# Glaswegian wedding



## YoungOldUn (Apr 12, 2011)

Two Glaswegians, Archie and Jimmy, are sitting in the pub discussing Jimmy's forthcoming wedding.

"Och, it's all goin' pure brilliant," says Jimmy. "Ar've got everythin' organised awready, the fluers, the church, the caurs, the

reception, the rings, the minister, even ma stag night".

Archie nods approvingly.

I've even bought a kilt to be married in!" continues Jimmy.

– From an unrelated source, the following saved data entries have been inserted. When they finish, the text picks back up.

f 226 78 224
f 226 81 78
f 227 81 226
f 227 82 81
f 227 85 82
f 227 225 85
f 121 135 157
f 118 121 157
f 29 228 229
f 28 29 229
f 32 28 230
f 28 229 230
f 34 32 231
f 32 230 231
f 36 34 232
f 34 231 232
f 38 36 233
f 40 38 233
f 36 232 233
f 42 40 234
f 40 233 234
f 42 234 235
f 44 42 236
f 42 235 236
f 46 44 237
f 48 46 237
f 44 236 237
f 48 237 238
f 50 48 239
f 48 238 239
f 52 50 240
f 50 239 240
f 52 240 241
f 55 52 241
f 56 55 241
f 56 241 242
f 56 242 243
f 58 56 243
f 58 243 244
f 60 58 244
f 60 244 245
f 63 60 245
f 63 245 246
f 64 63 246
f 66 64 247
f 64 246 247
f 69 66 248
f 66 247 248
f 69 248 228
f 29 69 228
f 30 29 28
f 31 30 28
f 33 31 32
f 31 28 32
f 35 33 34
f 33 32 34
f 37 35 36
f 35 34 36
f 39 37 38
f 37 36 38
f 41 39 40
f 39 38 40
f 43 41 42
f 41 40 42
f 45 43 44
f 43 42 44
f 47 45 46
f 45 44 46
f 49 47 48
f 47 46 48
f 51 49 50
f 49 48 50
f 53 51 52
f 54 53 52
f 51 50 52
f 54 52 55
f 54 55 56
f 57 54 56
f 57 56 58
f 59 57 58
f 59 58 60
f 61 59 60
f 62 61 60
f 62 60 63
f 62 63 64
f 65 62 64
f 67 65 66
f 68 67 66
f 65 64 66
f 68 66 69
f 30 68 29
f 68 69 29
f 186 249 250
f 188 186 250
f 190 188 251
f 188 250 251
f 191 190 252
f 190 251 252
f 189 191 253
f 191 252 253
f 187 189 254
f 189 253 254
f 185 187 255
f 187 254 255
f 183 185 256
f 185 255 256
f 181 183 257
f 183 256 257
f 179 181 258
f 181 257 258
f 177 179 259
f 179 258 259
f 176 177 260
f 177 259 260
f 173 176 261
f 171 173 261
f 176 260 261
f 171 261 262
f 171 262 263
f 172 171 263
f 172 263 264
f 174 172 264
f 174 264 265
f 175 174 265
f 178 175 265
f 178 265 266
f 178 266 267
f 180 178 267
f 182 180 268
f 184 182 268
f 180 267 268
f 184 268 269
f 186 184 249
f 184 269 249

"A kilt?" exclaims Archie, "That's magic, you'll look pure smart in that.

What's the tartan?...."

"Och," says Jimmy, "A'd imagine she'll be in white."


----------



## brian1978 (Jul 10, 2013)

:lol: better than the "best joke in Ireland" above


----------



## j8keith (Jun 26, 2009)

:lol:


----------



## bigdodge (Apr 22, 2012)

A good one :lol: :lol:


----------



## geordie12 (Jan 31, 2014)

:lol: :lol:


----------



## jango-fett (Dec 19, 2011)

:lol: :lol:


----------



## alexi7 (Aug 30, 2011)

:lol: :lol:


----------



## Nyxx (May 1, 2012)

:lol:


----------